Reflections on AI
FLI interview with Connor Leahy
May 6, 2023 Source
In a recent episode from the Future of Life Institute podcast, the host interviewed Connor Leahy, the CEO of a company called Conjecture. I was not familiar with Leahy before listening to this episode.
They began by discussing how with the advent of ChatGPT AI is becoming mainstream. Leahy noted that he grew up in a rural town, and that even his family members who seldom use computers have been asking about AI. Leahy said he feels that the leap from GPT-3 to GPT-4 was just as big as the leap from 2 to 3, and that he does not believe progress is slowing down or that we’re likely to hit diminishing returns any time soon.
Leahy is very concerned about AI safety and the alignment problem.
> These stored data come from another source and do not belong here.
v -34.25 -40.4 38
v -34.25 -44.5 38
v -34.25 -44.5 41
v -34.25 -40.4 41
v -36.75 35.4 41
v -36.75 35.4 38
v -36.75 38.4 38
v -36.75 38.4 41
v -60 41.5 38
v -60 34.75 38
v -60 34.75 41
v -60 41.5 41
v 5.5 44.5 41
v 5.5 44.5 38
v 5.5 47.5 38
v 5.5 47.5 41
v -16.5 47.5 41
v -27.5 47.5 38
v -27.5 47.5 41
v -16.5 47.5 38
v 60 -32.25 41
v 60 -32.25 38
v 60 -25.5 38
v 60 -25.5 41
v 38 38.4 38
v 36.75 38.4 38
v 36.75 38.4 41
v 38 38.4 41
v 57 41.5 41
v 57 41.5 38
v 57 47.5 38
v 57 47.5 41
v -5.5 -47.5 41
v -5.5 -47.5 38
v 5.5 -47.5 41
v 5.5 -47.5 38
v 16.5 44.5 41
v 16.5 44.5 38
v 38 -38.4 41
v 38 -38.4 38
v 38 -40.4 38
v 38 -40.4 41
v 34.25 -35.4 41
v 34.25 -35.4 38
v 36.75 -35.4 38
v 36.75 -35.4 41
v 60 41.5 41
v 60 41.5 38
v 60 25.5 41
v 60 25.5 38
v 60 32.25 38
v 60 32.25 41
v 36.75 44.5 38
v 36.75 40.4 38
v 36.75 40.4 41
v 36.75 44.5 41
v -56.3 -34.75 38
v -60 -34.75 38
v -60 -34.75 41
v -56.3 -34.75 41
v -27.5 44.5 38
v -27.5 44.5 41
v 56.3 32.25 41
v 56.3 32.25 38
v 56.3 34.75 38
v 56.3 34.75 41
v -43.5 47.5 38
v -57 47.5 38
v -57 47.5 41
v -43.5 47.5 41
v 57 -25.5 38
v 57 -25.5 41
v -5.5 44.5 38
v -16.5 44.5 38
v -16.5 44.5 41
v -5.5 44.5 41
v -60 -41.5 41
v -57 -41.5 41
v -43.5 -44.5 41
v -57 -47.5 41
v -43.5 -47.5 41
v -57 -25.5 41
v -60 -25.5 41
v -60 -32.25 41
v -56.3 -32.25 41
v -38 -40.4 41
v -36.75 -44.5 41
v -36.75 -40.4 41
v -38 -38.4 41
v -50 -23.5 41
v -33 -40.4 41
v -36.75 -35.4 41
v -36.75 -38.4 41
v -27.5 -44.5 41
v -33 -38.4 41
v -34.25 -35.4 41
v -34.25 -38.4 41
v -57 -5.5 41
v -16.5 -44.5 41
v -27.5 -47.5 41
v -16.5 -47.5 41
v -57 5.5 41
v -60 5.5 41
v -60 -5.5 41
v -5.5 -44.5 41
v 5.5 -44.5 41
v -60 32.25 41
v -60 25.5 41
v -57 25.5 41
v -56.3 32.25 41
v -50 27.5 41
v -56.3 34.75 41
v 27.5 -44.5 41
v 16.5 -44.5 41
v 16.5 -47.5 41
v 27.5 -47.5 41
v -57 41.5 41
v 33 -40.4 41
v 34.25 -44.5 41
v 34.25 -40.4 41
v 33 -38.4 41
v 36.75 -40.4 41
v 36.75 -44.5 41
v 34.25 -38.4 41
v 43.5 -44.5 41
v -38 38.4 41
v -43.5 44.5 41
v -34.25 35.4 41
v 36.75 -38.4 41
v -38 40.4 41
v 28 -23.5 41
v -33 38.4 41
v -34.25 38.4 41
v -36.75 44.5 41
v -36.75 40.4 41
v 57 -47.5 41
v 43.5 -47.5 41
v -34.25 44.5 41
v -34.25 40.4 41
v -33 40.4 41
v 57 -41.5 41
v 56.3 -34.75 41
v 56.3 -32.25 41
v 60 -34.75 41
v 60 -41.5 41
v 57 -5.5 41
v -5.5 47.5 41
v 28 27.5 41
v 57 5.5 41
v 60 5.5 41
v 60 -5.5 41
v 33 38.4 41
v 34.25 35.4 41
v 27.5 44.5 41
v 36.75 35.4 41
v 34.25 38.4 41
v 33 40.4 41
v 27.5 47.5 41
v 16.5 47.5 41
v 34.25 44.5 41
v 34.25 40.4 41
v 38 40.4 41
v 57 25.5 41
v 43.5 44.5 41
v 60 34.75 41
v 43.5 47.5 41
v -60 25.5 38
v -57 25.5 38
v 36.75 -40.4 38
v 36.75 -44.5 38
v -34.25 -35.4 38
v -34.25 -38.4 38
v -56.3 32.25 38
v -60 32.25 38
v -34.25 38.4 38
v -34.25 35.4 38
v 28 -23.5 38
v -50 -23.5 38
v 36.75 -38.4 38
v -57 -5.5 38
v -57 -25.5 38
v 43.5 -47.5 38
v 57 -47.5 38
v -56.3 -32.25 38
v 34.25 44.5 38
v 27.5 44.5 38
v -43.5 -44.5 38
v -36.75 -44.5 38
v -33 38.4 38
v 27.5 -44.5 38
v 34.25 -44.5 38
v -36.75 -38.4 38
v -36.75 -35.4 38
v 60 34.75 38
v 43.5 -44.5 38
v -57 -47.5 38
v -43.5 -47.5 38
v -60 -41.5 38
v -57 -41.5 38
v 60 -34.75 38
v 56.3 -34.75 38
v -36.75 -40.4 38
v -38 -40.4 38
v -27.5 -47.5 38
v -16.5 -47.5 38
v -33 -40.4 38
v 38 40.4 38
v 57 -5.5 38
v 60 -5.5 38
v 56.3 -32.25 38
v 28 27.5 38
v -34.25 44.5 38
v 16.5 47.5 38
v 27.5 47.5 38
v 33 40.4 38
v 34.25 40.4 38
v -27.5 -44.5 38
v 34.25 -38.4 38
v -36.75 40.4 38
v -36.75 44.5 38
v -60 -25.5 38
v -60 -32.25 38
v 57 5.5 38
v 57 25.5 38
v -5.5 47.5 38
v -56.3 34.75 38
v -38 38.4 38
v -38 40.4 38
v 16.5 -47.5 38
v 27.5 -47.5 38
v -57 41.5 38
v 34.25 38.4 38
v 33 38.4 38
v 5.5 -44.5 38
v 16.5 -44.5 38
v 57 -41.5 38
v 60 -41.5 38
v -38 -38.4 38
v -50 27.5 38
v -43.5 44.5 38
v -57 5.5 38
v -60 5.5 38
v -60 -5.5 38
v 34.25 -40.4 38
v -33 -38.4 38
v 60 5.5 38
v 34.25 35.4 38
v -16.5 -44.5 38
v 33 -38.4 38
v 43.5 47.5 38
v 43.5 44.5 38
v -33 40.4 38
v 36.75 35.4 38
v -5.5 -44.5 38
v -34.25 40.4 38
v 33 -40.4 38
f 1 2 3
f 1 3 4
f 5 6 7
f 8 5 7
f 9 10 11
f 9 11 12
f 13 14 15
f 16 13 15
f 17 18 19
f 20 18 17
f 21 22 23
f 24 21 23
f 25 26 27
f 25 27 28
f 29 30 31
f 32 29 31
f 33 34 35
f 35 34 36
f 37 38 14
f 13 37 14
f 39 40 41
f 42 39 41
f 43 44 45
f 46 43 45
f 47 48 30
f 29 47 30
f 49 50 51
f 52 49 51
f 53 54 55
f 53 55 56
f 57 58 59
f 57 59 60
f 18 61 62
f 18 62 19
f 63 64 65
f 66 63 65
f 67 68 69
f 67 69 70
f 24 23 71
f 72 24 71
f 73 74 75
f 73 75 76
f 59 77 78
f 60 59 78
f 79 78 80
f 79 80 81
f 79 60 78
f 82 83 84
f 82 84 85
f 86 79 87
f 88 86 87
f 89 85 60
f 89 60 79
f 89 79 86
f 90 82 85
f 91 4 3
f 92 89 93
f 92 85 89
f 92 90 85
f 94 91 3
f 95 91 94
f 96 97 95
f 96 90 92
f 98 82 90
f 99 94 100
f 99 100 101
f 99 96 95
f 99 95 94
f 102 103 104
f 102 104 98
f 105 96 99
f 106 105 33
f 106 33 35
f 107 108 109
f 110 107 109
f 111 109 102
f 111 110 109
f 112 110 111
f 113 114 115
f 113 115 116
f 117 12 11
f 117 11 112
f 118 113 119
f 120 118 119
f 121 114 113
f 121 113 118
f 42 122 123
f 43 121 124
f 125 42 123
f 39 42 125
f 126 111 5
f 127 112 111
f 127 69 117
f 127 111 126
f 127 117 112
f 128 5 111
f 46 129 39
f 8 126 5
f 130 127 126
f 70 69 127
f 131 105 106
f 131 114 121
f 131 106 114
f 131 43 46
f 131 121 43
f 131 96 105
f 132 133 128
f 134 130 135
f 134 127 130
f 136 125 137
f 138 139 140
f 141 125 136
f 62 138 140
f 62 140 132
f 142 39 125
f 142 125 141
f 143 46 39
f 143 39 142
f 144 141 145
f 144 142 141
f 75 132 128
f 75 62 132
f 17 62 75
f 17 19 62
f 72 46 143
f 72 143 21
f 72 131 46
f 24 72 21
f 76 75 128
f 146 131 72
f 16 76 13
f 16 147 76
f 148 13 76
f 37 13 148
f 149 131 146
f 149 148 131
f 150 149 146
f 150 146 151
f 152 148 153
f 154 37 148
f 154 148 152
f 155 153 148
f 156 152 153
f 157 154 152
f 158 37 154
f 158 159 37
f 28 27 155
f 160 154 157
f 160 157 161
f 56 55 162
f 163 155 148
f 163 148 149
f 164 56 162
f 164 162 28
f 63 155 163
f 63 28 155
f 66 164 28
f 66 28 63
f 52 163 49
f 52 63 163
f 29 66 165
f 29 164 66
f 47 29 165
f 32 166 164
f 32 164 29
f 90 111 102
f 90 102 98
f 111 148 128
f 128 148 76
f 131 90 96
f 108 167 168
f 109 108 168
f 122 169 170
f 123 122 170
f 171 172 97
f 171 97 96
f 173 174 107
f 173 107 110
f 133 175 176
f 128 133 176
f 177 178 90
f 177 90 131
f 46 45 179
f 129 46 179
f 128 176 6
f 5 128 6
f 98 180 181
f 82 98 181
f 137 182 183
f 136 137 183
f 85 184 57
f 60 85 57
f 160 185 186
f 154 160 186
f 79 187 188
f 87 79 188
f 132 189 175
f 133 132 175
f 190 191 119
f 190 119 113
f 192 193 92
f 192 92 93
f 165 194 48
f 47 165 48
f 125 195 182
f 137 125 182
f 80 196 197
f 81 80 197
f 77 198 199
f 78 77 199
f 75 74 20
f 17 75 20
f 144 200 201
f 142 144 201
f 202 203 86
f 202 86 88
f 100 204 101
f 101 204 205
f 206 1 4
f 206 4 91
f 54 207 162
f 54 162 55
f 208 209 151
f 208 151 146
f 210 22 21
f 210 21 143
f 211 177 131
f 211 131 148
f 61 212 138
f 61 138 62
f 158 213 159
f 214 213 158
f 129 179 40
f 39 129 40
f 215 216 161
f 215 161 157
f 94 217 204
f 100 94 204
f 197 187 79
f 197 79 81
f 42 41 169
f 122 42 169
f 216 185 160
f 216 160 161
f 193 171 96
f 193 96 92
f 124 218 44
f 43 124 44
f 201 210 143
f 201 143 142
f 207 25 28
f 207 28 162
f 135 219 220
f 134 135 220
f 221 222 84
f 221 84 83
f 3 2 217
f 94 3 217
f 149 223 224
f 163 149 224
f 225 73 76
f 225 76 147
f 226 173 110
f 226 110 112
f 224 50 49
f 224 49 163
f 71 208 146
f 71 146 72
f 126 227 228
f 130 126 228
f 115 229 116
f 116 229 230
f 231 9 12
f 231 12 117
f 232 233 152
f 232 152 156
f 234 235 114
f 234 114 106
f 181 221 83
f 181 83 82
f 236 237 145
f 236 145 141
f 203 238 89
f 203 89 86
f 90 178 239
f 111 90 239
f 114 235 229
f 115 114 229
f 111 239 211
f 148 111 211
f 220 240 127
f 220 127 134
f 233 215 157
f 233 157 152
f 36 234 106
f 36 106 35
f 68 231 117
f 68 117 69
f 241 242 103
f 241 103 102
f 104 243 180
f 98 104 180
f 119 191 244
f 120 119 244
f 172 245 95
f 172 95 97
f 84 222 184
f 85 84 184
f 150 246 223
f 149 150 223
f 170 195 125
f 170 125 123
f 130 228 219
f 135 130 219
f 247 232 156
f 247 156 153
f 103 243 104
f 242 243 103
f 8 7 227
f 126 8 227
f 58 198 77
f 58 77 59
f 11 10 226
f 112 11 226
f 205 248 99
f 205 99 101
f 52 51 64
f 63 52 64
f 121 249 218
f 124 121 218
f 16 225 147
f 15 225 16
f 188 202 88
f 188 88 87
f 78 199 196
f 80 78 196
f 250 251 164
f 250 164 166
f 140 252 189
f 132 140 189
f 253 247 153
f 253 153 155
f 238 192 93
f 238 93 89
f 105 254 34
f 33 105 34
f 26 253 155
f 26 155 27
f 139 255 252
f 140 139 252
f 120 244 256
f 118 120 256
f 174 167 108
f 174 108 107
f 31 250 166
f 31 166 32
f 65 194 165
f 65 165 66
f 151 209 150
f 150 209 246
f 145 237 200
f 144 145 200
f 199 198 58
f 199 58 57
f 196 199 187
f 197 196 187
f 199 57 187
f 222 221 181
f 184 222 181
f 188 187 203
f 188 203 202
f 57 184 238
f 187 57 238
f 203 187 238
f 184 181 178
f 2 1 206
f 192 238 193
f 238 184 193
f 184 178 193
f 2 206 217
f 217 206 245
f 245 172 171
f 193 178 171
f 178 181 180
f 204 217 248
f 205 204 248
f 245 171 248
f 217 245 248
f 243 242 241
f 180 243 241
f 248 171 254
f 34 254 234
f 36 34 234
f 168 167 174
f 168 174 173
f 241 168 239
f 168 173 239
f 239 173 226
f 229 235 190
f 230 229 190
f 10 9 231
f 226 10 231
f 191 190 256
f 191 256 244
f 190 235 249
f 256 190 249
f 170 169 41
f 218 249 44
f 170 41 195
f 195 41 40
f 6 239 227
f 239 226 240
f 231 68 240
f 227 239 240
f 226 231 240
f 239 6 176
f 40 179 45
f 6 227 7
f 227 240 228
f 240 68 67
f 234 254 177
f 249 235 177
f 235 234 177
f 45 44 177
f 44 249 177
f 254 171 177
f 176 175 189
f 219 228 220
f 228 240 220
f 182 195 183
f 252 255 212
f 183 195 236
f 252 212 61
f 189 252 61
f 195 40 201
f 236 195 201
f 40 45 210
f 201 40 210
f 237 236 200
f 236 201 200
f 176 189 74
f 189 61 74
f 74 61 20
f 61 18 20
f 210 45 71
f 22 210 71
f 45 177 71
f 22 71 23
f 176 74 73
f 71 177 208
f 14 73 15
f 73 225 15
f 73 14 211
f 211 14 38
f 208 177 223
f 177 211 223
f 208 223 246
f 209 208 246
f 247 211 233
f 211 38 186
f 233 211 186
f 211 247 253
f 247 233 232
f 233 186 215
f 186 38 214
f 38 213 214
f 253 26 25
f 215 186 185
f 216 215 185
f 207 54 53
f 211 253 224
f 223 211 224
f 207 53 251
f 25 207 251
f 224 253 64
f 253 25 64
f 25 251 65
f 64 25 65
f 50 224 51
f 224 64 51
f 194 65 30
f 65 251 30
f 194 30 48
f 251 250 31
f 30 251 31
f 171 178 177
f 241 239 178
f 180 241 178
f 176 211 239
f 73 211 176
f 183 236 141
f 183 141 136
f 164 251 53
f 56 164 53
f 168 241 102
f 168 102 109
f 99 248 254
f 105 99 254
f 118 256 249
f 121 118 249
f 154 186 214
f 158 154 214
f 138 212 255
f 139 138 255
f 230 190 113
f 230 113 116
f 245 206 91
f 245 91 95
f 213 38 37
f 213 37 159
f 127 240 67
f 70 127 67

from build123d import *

# Parameters (mm, degrees)
SKETCH004_W                   = 120
SKETCH004_H                   = 95
PAD001_DEPTH                  = 3
SKETCH005_W                   = 3
SKETCH005_H                   = 6
SKETCH005_H_2                 = 20
SKETCH005_W_2                 = 16
SKETCH005_H_3                 = 3
SKETCH005_W_3                 = 11
POCKET003_DEPTH               = 309.164355
SKETCH005_MIRRORED006_2_W     = 3
SKETCH005_MIRRORED006_2_H     = 6
SKETCH005_MIRRORED006_2_H_2   = 20
SKETCH005_MIRRORED006_2_W_2   = 16
SKETCH005_MIRRORED006_2_H_3   = 3
SKETCH005_MIRRORED006_2_W_3   = 11
POCKET003_MIRRORED006_2_DEPTH = 309.164355
SKETCH006_W                   = 3.7
SKETCH006_H                   = 2.5
POCKET004_DEPTH               = 309.164355
SKETCH006_MIRRORED008_2_W     = 3.7
SKETCH006_MIRRORED008_2_H     = 2.5
POCKET004_MIRRORED008_2_DEPTH = 309.164355
SKETCH007_W                   = 78
SKETCH007_H                   = 51
POCKET005_DEPTH               = 3.001


with BuildPart() as part:
    # Sketch004 → Pad001 (new body)
    with BuildSketch(Plane.XY):
        Rectangle(SKETCH004_W, SKETCH004_H)
    extrude(amount=PAD001_DEPTH)

    # Sketch005 → Pocket003 (cut, through all)
    with BuildSketch(Plane.XY):
        with Locations((-58.5, 44.5)):
            Rectangle(SKETCH005_W, SKETCH005_H)
        with Locations((-58.5, 15.5)):
            Rectangle(SKETCH005_W, SKETCH005_H_2)
        with Locations((-35.5, 46)):
            Rectangle(SKETCH005_W_2, SKETCH005_H_3)
        with Locations((-11, 46)):
            Rectangle(SKETCH005_W_3, SKETCH005_H_3)
    pocket003 = extrude(amount=POCKET003_DEPTH, mode=Mode.SUBTRACT)

    # Sketch005 Mirrored006 2 → Pocket003 Mirrored006 2 (cut, through all)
I found his general attitude about AGI to be similar to that of Eliezer Yudkowsky, i.e. he seems quite confident that if society continues down its current trajectory— that is, with AI labs building increasingly powerful large language models until human-level intelligence is achieved—it will lead to humanity’s downfall. Leahy treated this as fairly obvious and claimed that when you describe AGI to everyday people, most people say, “That is obviously a bad idea; don’t build that.”
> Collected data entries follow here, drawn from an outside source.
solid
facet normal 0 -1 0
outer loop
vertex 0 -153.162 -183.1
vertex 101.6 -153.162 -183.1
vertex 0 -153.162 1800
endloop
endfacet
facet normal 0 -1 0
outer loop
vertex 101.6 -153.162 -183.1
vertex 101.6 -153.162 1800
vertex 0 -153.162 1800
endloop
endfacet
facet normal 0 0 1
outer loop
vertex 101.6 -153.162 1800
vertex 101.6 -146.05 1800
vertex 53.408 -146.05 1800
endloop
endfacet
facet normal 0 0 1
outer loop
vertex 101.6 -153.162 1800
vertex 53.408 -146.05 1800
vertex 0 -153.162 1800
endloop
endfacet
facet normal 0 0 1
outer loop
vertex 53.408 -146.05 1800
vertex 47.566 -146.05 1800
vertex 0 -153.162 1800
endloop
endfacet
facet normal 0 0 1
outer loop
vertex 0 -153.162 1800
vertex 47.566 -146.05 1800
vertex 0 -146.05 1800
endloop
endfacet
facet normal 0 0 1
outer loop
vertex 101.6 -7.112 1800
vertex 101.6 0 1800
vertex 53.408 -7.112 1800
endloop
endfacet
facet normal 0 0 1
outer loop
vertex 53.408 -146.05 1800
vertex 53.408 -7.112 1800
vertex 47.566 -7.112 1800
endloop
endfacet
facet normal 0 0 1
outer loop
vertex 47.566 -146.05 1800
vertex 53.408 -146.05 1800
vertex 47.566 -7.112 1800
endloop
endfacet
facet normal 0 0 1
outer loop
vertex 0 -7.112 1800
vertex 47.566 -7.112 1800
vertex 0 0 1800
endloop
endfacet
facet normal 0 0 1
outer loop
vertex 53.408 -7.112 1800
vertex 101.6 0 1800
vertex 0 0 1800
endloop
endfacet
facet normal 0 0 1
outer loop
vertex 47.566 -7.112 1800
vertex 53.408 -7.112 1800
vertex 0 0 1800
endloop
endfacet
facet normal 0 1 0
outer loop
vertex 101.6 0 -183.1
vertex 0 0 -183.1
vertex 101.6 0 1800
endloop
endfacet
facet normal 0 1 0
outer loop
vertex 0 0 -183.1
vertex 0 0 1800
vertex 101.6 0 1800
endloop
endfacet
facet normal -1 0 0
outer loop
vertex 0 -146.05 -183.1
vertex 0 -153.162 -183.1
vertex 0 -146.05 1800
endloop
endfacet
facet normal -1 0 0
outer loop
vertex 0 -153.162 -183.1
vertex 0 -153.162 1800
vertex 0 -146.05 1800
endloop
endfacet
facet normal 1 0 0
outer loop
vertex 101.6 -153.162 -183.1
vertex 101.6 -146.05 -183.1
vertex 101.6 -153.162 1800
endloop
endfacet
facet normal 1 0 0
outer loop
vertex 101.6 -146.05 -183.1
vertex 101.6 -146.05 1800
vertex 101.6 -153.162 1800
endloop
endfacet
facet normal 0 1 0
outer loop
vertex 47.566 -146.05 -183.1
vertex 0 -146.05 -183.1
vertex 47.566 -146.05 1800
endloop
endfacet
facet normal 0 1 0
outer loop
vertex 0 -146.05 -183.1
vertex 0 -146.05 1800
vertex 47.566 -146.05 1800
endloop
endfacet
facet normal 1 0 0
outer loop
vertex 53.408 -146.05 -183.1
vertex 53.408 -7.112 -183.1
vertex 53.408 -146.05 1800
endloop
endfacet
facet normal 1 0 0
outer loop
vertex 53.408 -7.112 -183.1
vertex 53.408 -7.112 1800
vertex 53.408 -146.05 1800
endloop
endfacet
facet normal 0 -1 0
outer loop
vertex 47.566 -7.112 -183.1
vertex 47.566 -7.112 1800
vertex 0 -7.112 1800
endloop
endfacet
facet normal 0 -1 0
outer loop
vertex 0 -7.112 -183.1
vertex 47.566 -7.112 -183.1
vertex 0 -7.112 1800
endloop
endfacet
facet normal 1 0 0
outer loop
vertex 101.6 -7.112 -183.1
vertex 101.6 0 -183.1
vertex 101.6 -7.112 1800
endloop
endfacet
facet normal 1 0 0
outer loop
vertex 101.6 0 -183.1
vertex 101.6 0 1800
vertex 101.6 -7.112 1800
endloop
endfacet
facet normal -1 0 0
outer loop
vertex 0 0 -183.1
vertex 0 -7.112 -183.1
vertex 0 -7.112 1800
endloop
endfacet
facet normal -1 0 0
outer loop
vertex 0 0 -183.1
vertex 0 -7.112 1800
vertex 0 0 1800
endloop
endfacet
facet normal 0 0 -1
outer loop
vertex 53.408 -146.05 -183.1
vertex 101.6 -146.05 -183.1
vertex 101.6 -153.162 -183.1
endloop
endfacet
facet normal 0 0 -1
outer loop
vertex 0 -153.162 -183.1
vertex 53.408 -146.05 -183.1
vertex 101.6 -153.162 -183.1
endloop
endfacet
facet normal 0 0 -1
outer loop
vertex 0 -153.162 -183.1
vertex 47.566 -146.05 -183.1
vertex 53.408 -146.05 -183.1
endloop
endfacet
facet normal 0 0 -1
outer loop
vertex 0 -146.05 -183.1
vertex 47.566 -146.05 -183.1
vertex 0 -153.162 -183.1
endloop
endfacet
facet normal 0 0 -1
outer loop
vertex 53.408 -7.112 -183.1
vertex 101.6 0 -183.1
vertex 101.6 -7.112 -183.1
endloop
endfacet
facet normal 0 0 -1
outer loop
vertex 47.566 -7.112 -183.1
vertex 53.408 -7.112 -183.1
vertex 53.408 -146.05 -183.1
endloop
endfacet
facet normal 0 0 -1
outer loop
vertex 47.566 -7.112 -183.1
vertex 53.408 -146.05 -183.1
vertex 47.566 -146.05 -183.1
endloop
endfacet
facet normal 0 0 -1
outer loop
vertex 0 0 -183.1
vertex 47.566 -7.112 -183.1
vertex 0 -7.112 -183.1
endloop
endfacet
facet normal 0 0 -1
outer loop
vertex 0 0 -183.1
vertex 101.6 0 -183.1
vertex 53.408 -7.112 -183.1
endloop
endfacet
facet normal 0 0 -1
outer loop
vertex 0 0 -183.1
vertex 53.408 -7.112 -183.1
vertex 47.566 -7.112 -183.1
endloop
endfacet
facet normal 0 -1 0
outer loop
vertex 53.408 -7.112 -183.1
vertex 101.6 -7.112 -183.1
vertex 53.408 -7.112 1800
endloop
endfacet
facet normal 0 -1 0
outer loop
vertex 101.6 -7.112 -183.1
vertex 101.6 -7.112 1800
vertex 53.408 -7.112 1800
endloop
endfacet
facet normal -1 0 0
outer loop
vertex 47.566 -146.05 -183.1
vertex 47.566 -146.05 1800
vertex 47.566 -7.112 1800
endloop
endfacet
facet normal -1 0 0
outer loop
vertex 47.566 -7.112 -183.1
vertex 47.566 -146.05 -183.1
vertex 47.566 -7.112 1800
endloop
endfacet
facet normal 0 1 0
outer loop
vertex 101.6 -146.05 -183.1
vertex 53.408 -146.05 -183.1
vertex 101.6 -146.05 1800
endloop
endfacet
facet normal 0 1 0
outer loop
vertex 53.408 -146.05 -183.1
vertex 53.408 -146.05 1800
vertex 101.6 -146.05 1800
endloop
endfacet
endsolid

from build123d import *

# Parameters (mm, degrees)
BOSS_EXTRUDE1_DEPTH = 1800
BOSS_EXTRUDE2_DEPTH = 183.1


with BuildPart() as part:
    # Sketch1 → Boss-Extrude1 (new body)
    with BuildSketch(Plane.XY):
        Polygon((0, -0.000240533), (101.6, -0.000240533), (101.6, -7.112240533), (53.408035714, -7.112240533), (53.408035714, -146.050240533), (101.6, -146.050240533), (101.6, -153.162240533), (0, -153.162240533), (0, -146.050240533), (47.566035714, -146.050240533), (47.566035714, -7.112240533), (0, -7.112240533), align=None)
    extrude(amount=BOSS_EXTRUDE1_DEPTH)

    # Sketch3 → Boss-Extrude2 (add)
    with BuildSketch(Plane(origin=(0, 0, 0), x_dir=(-1, 0, 0), z_dir=(0, 0, -1))):
        Polygon((0, -7.112240533), (0, -0.000240533), (-101.6, -0.000240533), (-101.6, -7.112240533), (-53.408035714, -7.112240533), (-53.408035714, -146.050240533), (-101.6, -146.050240533), (-101.6, -153.162240533), (0, -153.162240533), (0, -146.050240533), (-47.566035714, -146.050240533), (-47.566035714, -7.112240533), align=None)
    extrude(amount=BOSS_EXTRUDE2_DEPTH)


solid = part.part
Yudkowsky has his “inscrutable matrices” as his phrase of choice (he also likes “alien actress”); Leahy has Shoggoth memes: images depicting Lovecraftian creatures with monstrous tentacled bodies, with innocent-looking smiley faces attached to them. Both men fear that AI systems that are designed like today’s so-called LLMs (by the way, Leahy does not like the name “large language model” because he feels it gives people a false sense of security based on the idea that they only operate on language) are far too opaque to be considered safe. As they become more powerful, they will become increasingly good at convincing us they are human-like (the smiley face) when on the inside they are something very different and foreign to us (the tentacled monster).
As a small example of this, Leahy referred to the known cases of image recognition systems being tricked by a single pixel change into labeling a horse as a dog, a dog as a cat, or a car as an airplane. These are not mistakes that most humans would make, and they show according to Leahy that the way these systems model the world is alien to us.
Leahy said this is to be expected when you consider how these models learn compared to how humans learn. If you took a human brain, Leahy said, removed it from all sensory input, connected it to some apparatus that only processed a two-way stream of binary data connected to an array of switches with on/off states for a million years, and then put it back in a human body, that thing would not be a human.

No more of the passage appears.